Last month, facing strong economic headwinds, Ford announced it was “re-timing and resizing some investments.” While the Michigan plant was originally intended to create 2,500 jobs, Ford changed its pledge to 1,700 jobs and lowered its potential output by 40 percent, estimated to shrink the company’s financial investment by $1 billion or more.

Since Ford originally pledged $3.5 billion, Michigan’s contribution to the project could be nearly as much as what Ford plans to spend on its own factory. Gov. Gretchen Whitmer, a Democrat, told reporters that Michigan’s investment may be “resized” as well, and “as Ford has had to make some changes…the state’s role will change as well.”

Of course, the deal’s merits were questionable from the start. When the project was first announced, Whitmer’s office claimed it would have “an employment multiplier of 4.38, which means that an additional 4.38 jobs in Michigan’s economy are anticipated to be created for every new direct job.”

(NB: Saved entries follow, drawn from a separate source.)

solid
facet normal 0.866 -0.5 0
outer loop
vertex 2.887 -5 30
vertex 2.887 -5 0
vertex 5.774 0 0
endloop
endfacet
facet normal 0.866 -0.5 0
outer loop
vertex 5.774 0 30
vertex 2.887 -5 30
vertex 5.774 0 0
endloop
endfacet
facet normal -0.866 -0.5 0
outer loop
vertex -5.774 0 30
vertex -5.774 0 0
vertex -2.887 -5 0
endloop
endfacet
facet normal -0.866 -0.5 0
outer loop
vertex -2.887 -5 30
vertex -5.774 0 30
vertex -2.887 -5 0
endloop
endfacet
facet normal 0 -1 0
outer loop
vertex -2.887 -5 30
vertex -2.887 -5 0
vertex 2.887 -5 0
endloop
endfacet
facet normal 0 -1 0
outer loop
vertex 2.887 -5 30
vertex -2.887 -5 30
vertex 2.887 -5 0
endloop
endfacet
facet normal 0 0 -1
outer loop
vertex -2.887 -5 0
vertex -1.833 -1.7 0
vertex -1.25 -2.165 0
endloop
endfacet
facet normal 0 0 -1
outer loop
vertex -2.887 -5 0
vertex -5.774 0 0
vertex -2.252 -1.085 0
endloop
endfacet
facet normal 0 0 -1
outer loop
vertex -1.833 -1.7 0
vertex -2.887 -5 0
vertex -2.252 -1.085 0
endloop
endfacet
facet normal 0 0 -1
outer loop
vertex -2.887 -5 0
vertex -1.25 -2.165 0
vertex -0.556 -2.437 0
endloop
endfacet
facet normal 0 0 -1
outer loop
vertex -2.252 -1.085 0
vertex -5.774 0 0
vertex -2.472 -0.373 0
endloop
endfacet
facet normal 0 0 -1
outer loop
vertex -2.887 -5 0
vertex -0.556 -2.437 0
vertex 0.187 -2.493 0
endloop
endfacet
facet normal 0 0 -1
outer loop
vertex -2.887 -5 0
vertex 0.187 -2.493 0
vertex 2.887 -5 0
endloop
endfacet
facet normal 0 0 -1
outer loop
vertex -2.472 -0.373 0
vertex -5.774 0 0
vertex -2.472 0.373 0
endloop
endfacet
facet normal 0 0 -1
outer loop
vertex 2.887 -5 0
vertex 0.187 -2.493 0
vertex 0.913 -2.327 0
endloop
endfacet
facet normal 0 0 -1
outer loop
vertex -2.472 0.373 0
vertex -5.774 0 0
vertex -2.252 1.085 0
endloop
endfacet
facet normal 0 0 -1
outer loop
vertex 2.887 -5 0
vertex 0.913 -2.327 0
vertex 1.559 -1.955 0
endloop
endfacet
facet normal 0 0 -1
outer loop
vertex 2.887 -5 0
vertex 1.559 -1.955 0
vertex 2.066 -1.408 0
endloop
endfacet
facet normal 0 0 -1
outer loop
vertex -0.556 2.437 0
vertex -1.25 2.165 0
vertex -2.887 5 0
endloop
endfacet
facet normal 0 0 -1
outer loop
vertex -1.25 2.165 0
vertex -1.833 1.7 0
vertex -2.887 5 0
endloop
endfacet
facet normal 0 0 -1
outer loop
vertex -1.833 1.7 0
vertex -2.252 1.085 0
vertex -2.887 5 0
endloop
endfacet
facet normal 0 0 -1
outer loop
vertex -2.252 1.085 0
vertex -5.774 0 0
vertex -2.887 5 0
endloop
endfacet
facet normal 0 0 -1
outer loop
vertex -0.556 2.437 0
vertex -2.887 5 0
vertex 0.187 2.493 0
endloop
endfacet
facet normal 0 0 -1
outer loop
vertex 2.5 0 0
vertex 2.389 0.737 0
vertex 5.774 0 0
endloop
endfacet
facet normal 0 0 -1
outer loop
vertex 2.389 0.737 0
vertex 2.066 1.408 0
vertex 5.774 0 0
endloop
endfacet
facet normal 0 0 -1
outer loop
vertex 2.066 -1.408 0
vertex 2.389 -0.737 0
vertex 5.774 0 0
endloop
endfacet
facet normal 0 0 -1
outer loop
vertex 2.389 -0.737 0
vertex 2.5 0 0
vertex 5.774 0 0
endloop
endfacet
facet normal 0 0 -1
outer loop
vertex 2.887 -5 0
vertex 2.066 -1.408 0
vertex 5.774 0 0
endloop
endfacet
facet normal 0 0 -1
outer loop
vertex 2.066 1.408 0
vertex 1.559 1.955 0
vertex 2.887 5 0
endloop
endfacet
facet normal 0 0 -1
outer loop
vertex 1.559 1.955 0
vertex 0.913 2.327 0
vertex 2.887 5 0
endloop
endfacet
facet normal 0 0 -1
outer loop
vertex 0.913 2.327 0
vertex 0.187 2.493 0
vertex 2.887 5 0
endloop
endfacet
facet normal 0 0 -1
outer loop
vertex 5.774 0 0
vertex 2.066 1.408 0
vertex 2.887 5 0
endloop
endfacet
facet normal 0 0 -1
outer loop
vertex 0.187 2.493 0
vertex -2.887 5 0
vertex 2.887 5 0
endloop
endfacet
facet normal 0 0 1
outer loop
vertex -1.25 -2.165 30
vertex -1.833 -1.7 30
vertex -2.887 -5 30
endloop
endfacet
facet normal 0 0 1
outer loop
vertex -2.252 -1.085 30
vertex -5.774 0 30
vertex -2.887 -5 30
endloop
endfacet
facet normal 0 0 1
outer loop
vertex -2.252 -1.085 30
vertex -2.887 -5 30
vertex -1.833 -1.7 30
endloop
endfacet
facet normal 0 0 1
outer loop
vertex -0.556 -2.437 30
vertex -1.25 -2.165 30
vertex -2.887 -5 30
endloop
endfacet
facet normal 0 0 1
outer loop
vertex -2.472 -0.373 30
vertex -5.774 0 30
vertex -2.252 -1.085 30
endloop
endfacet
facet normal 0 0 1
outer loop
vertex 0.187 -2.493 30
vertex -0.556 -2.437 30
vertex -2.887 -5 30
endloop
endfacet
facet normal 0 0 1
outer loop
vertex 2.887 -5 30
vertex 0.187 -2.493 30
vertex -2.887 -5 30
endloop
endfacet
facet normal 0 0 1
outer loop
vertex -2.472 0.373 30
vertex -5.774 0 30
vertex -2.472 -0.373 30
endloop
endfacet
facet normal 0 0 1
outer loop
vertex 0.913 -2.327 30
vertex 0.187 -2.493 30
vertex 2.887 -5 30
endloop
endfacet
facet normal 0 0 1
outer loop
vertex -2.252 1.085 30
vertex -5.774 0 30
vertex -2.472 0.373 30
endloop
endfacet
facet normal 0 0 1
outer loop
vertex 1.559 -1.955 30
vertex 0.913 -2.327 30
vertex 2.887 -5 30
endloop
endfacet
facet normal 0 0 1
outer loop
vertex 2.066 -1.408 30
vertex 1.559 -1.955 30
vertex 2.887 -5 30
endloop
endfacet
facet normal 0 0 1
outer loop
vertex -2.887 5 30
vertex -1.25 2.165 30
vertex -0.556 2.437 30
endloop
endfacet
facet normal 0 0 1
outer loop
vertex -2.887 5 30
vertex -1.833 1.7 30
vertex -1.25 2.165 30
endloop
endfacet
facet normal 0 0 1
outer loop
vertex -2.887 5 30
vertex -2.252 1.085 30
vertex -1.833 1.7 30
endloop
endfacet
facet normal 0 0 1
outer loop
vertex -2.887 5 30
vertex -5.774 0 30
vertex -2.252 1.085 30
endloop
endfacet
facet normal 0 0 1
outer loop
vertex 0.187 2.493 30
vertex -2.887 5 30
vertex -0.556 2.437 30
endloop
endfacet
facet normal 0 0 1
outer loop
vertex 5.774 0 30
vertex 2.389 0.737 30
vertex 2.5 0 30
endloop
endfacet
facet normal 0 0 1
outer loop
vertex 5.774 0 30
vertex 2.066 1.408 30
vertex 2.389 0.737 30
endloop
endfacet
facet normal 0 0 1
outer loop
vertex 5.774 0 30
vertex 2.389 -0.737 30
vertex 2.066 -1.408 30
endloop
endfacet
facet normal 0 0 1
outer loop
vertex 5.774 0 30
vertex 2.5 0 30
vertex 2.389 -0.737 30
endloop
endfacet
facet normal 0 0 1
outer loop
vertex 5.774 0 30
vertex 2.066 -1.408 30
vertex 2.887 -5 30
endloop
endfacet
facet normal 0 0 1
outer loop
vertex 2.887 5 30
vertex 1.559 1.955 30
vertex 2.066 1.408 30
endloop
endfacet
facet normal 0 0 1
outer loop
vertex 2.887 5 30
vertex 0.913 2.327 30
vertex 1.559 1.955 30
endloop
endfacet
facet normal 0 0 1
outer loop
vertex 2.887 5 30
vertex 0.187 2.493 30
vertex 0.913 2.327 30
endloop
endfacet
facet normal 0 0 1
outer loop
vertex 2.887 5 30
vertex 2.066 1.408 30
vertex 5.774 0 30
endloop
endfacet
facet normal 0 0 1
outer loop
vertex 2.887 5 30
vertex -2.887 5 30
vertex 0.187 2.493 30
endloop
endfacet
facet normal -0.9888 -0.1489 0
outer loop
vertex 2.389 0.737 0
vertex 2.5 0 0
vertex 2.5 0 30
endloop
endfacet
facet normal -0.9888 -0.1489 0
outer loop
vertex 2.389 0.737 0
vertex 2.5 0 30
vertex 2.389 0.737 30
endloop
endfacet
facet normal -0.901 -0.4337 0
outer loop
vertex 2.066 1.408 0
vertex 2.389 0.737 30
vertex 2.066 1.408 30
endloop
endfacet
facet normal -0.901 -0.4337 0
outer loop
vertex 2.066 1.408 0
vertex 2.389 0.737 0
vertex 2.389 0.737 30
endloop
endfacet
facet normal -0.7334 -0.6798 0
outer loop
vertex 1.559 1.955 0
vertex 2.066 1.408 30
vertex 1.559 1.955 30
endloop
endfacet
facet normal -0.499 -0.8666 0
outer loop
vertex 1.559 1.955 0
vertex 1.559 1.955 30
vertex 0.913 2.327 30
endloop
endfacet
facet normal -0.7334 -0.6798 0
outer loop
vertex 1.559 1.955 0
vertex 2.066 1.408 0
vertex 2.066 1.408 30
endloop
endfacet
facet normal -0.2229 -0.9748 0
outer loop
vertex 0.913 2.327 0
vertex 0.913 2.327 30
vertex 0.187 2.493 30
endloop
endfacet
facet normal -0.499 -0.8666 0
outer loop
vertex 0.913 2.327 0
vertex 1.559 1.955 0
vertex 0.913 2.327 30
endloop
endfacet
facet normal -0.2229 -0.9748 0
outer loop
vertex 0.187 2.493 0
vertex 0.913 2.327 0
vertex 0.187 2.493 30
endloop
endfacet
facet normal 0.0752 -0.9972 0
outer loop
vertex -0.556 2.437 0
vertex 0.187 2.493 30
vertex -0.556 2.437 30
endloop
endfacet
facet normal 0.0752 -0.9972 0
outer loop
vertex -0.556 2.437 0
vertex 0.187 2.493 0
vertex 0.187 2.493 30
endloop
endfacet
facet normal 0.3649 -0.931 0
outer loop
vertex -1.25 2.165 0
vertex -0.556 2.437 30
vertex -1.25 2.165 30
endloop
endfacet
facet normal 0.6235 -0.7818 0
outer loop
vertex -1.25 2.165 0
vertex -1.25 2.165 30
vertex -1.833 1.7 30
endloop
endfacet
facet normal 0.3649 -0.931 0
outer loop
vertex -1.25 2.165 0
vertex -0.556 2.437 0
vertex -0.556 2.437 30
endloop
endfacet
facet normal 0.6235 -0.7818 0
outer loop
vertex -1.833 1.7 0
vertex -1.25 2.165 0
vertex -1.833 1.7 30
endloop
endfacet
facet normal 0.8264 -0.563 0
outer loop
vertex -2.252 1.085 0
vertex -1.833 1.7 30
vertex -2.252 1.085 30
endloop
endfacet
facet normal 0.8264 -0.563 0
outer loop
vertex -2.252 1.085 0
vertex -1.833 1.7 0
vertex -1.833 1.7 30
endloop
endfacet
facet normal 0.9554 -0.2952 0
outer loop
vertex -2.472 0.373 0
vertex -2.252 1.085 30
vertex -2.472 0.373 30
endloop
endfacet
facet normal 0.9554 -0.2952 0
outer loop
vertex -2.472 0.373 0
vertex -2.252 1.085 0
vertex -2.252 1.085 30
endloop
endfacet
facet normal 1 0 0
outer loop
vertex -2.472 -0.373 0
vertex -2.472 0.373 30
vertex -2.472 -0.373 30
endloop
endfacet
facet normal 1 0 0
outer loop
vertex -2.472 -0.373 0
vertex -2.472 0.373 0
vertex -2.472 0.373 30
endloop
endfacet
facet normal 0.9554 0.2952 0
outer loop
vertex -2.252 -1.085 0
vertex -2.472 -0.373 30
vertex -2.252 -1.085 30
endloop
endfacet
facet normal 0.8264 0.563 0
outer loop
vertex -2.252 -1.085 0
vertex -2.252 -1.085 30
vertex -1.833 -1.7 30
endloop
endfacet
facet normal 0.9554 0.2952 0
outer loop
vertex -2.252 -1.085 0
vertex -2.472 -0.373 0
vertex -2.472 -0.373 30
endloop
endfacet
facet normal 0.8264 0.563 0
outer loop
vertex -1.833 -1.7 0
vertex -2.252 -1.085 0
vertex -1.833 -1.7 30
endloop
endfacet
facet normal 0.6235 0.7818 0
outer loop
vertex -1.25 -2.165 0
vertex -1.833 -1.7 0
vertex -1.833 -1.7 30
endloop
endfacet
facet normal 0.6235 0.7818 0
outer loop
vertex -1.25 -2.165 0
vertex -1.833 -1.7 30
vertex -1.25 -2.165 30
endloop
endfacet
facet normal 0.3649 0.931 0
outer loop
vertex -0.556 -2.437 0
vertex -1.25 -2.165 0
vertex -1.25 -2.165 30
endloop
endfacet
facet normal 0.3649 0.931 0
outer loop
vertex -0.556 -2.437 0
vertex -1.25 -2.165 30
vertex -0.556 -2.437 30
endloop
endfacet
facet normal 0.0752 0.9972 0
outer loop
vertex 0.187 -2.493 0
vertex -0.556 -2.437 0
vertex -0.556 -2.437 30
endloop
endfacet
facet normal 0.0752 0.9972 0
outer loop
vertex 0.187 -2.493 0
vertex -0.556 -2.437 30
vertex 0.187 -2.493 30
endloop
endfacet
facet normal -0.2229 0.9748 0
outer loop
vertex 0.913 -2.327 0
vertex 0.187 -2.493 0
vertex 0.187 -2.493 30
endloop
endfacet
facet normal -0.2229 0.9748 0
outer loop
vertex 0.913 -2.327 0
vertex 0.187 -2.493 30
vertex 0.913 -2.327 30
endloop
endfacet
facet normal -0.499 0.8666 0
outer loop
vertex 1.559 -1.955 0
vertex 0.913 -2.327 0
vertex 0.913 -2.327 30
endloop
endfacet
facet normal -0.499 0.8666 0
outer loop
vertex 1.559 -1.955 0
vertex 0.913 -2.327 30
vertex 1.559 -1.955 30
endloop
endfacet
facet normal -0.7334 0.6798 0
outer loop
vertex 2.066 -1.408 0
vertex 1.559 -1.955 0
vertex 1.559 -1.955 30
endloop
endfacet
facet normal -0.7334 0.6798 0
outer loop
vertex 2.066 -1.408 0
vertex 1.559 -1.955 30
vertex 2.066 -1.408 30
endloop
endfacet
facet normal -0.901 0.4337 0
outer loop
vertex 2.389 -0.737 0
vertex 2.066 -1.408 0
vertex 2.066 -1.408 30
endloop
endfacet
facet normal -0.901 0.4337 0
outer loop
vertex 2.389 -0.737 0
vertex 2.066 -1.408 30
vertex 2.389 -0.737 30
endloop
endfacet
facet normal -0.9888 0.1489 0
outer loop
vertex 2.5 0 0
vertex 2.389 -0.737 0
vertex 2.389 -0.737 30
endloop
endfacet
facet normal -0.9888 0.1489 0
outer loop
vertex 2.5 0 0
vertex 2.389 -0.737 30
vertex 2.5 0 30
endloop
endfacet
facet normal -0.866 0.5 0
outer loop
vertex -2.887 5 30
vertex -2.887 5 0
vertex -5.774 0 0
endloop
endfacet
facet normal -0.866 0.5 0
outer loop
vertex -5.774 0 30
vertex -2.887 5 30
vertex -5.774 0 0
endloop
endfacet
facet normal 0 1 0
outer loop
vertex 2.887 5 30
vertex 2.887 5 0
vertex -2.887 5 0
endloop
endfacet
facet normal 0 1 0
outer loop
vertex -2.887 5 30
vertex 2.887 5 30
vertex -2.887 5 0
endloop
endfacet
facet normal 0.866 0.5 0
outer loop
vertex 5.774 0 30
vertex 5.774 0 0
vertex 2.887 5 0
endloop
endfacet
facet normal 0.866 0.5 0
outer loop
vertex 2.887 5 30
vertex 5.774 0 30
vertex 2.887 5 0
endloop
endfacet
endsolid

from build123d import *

# Parameters (mm, degrees)
BOSS_EXTRUDE1_DEPTH = 30
SKETCH2_R           = 2.5
CUT_EXTRUDE1_DEPTH  = 20


with BuildPart() as part:
    # Sketch1 → Boss-Extrude1 (new body)
    with BuildSketch(Plane.XY):
        Polygon((-5.773502692, 0), (-2.886751346, -5), (2.886751346, -5), (5.773502692, 0), (2.886751346, 5), (-2.886751346, 5), align=None)
    extrude(amount=BOSS_EXTRUDE1_DEPTH)

    # Sketch2 → Cut-Extrude1 (cut)
    with BuildSketch(Plane.XY.offset(30)):
        Circle(SKETCH2_R)
    cut_extrude1 = extrude(amount=-CUT_EXTRUDE1_DEPTH, mode=Mode.SUBTRACT)

    # Mirror1: Cut-Extrude1 across plane
    add(cut_extrude1.mirror(Plane.XY.offset(15)), mode=Mode.SUBTRACT)


solid = part.part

This is a fanciful notion. Tim Bartik of the W.E. Upjohn Institute for Employment Research has estimated that a more typical multiplier on a local or state level is between 1.5 and 2. Last month, Bartik calculated the estimated benefits of Michigan’s proposed investment; while he was broadly positive, he noted that a 4.38 multiplier was “very high,” and “if the Ford project had a more typical multiplier—2.5 rather than 4.38—the project’s gross benefits would be less than the incentive costs.”